CTCL also pushed for universal mail-in voting, extended deadlines that would favor mailed votes over in-person ballots, and expensive bulk mailings, among other actions that would promote the Democrats' vote, the researchers found. Additionally, CTCL helped push for unmonitored private drop boxes and actions that allowed several post-election ballots to be submitted.
It also increased funding for poll workers and temporary staffing which allowed for the "infiltration of election offices" by paid Democrat activists that had been coordinated through social media and left-leaning nonprofit organizations, Doyle writes.
He also pointed out that federal and state matching funds in place for COVID-19 related election expenses came to $479.5 million, but the CTCL and CEIR funds, through Zuckerberg, came close at $419.5 million.

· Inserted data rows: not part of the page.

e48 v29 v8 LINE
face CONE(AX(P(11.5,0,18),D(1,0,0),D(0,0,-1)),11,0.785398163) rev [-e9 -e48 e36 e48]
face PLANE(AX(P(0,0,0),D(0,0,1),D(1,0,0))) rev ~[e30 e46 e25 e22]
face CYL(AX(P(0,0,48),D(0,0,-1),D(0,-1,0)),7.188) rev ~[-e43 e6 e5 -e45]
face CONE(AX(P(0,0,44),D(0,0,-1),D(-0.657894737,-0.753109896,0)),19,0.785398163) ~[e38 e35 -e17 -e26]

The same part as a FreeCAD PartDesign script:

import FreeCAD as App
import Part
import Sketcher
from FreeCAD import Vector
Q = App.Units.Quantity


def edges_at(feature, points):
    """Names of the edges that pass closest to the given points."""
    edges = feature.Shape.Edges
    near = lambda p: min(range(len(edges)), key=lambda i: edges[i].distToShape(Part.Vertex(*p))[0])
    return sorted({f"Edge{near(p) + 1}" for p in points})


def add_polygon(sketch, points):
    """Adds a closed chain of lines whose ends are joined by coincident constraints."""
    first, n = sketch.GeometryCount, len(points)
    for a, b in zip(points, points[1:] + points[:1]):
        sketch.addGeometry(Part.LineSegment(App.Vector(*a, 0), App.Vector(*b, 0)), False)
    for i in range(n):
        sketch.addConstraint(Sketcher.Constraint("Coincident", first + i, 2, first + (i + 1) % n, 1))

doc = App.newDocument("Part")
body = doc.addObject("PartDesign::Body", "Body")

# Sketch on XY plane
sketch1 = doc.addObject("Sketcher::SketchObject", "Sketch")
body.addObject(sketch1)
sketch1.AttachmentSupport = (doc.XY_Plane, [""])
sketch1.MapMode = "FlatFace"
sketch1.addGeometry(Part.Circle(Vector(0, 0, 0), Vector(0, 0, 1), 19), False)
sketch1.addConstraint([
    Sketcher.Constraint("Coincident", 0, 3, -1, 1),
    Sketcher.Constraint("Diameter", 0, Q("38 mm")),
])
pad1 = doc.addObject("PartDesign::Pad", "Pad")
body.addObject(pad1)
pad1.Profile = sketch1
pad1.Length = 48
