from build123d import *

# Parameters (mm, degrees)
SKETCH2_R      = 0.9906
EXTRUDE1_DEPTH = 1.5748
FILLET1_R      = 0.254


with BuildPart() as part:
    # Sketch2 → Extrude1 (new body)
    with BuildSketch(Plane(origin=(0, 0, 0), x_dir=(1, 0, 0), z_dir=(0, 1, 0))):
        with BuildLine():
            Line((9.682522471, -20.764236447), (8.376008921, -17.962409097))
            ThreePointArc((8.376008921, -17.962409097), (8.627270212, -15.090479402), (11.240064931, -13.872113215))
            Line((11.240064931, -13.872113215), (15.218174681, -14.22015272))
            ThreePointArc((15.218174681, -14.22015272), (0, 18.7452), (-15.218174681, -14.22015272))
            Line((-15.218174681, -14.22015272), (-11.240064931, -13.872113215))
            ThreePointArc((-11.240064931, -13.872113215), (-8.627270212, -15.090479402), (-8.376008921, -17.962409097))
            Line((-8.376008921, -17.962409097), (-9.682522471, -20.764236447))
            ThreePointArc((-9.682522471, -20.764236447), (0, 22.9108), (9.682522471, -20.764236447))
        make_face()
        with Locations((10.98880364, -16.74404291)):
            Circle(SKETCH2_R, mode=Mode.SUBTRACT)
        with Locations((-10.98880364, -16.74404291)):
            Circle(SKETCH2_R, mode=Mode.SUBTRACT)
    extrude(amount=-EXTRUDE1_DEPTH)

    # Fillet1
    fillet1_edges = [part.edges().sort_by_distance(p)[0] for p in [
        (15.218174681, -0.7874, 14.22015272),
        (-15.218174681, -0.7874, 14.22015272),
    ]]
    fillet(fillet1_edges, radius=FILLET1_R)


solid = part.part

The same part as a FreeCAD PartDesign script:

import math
import FreeCAD as App
import Part
import Sketcher
from FreeCAD import Vector
Q = App.Units.Quantity


def edges_at(feature, points):
    """Names of the edges that pass closest to the given points."""
    edges = feature.Shape.Edges
    near = lambda p: min(range(len(edges)), key=lambda i: edges[i].distToShape(Part.Vertex(*p))[0])
    return sorted({f"Edge{near(p) + 1}" for p in points})

doc = App.newDocument("Part")
body = doc.addObject("PartDesign::Body", "Body")

# Sketch on XZ plane
sketch1 = body.newObject("Sketcher::SketchObject", "Sketch")
sketch1.AttachmentSupport = (doc.getObject("XZ_Plane"), [""])
sketch1.MapMode = "FlatFace"
sketch1.addGeometry(Part.LineSegment(Vector(8.376009, 17.962409, 0), Vector(9.682522, 20.764236, 0)), False)
sketch1.addGeometry(Part.ArcOfCircle(Part.Circle(Vector(0, 0, 0), Vector(0, 0, 1), 22.9108), math.radians(115), math.radians(425)), False)
sketch1.addGeometry(Part.LineSegment(Vector(-9.682522, 20.764236, 0), Vector(-8.376009, 17.962409, 0)), False)
sketch1.addGeometry(Part.ArcOfCircle(Part.Circle(Vector(-10.988804, 16.744043, 0), Vector(0, 0, 1), 2.8829), math.radians(-95), math.radians(25)), False)
sketch1.addGeometry(Part.LineSegment(Vector(-11.240065, 13.872113, 0), Vector(-15.218175, 14.220153, 0)), False)
sketch1.addGeometry(Part.ArcOfCircle(Part.Circle(Vector(0, 1.250147, 0), Vector(0, 0, 1), 19.995347), math.radians(139.560014), math.radians(400.439986)), False)
sketch1.addGeometry(Part.LineSegment(Vector(15.218175, 14.220153, 0), Vector(11.240065, 13.872113, 0)), False)
sketch1.addGeometry(Part.ArcOfCircle(Part.Circle(Vector(10.988804, 16.744043, 0), Vector(0, 0, 1), 2.8829), math.radians(155), math.radians(275)), False)
sketch1.addGeometry(Part.Circle(Vector(10.988804, 16.744043, 0), Vector(0, 0, 1), 0.9906), False)
sketch1.addGeometry(Part.Circle(Vector(-10.988804, 16.744043, 0), Vector(0, 0, 1), 0.9906), False)
sketch1.addConstraint(Sketcher.Constraint("Coincident", 0, 2, 1, 2))
sketch1.addConstraint(Sketcher.Constraint("Coincident", 1, 1, 2, 1))
sketch1.addConstraint(Sketcher.Constraint("Tangent", 2, 2, 3, 2))
sketch1.addConstraint(Sketcher.Constraint("Tangent", 3, 1, 4, 1))
sketch1.addConstraint(Sketcher.Constraint("Coincident", 4, 2, 5, 1))
sketch1.addConstraint(Sketcher.Constraint("Coincident", 5, 2, 6, 1))
sketch1.addConstraint(Sketcher.Constraint("Tangent", 6, 2, 7, 2))
sketch1.addConstraint(Sketcher.Constraint("Tangent", 7, 1, 0, 1))
sketch1.addConstraint(Sketcher.Constraint("Coincident", 1, 3, -1, 1))
sketch1.addConstraint(Sketcher.Constraint("Coincident", 8, 3, 7, 3))
sketch1.addConstraint(Sketcher.Constraint("Coincident", 9, 3, 3, 3))
sketch1.addConstraint(Sketcher.Constraint("Equal", 3, 7))
sketch1.addConstraint(Sketcher.Constraint("Equal", 8, 9))
sketch1.addConstraint(Sketcher.Constraint("Symmetric", 3, 3, 7, 3, -2))
sketch1.addConstraint(Sketcher.Constraint("Symmetric", 4, 2, 5, 2, -2))
sketch1.addConstraint(Sketcher.Constraint("Horizontal", 0, 2, 1, 1))
sketch1.addConstraint(Sketcher.Constraint("Diameter", 8, Q("0.078 in")))
sketch1.addConstraint(Sketcher.Constraint("Angle", 0, Q("65 deg")))
sketch1.addConstraint(Sketcher.Constraint("Angle", 4, Q("175 deg")))
sketch1.addConstraint(Sketcher.Constraint("Radius", 1, Q("0.902 in")))
sketch1.addConstraint(Sketcher.Constraint("Radius", 3, Q("0.1135 in")))
sketch1.addConstraint(Sketcher.Constraint("Radius", 5, 19.995347))
sketch1.addConstraint(Sketcher.Constraint("DistanceX", 2, 2, -1, 1, 8.376009))
sketch1.addConstraint(Sketcher.Constraint("DistanceY", -1, 1, 2, 2, 17.962409))
sketch1.addConstraint(Sketcher.Constraint("DistanceY", 5, 3, 0, 2, 19.51409))
pad1 = body.newObject("PartDesign::Pad", "Pad")
pad1.Profile = sketch1
pad1.Length = Q("0.062 in")
doc.recompute()

fillet = body.newObject("PartDesign::Fillet", "Fillet")
fillet.Base = (pad1, edges_at(pad1, [(15.218, -0.787, 14.22), (-15.218, -0.787, 14.22)]))
fillet.Radius = Q("0.01 in")

doc.recompute()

The bulk of the money donated by Zuckerberg and his wife, Priscilla Chan, went to CTCL, for a total of $350 million, according to Influence Watch. That money then went out in grants to jurisdictions to help them hire staff, buy mail-in ballot processing equipment, and for other measures to handle the election during the COVID-19 pandemic.
Meanwhile, out of the 26 grants of $1 million or more each for cities and counties in Arizona, Georgia, Michigan, North Carolina, Pennsylvania, Texas, Virginia, and Wisconsin, 25 went to the areas where Biden won.
However, Brown County, Wisconsin, the only county on the list where then-President Donald Trump won, got just $1.1 million, or less than 1.3% of the $85.5 million CTCL had provided to the other 26 top recipients.
Most of the CTCL money going to Wisconsin went to Green Bay, which is heavily Democrat, rather than to rural counties, the researchers determined. Wisconsin's legislature had already provided about $7 per voter to Green Bay to manage its 2020 elections and $4 per voter to rural counties.
The CTCL funding brought Green Bay's resources to $47 a voter while leaving the rural counties at $4 a voter. Doyle notes that similar funding disparities were seen in Detroit, Atlanta, Philadelphia, Pittsburgh, Flint, Dallas, and Houston, which all got tens of millions of dollars from the organization's grants.
"We call this the injection of structural bias into the 2020 election, and our analysis shows it likely generated enough additional votes for Biden to secure an Electoral College victory in 2020," Doyle writes.
However, he stressed that "more proof is needed" to determine if the organizations' efforts had harvested large numbers of extra Democrat votes, and explained that research used showed how the vote was affected even in places like Texas where Trump won and said it would not be "inconceivable" that such methods could come into play in future elections.
"We have good reason to anticipate that the results of our work will show that CTCL and CEIR involvement in the 2020 election gave rise to an election that, while free, was not fair," he concluded. "The 2020 election wasn’t stolen — it was likely bought with money poured through legal loopholes."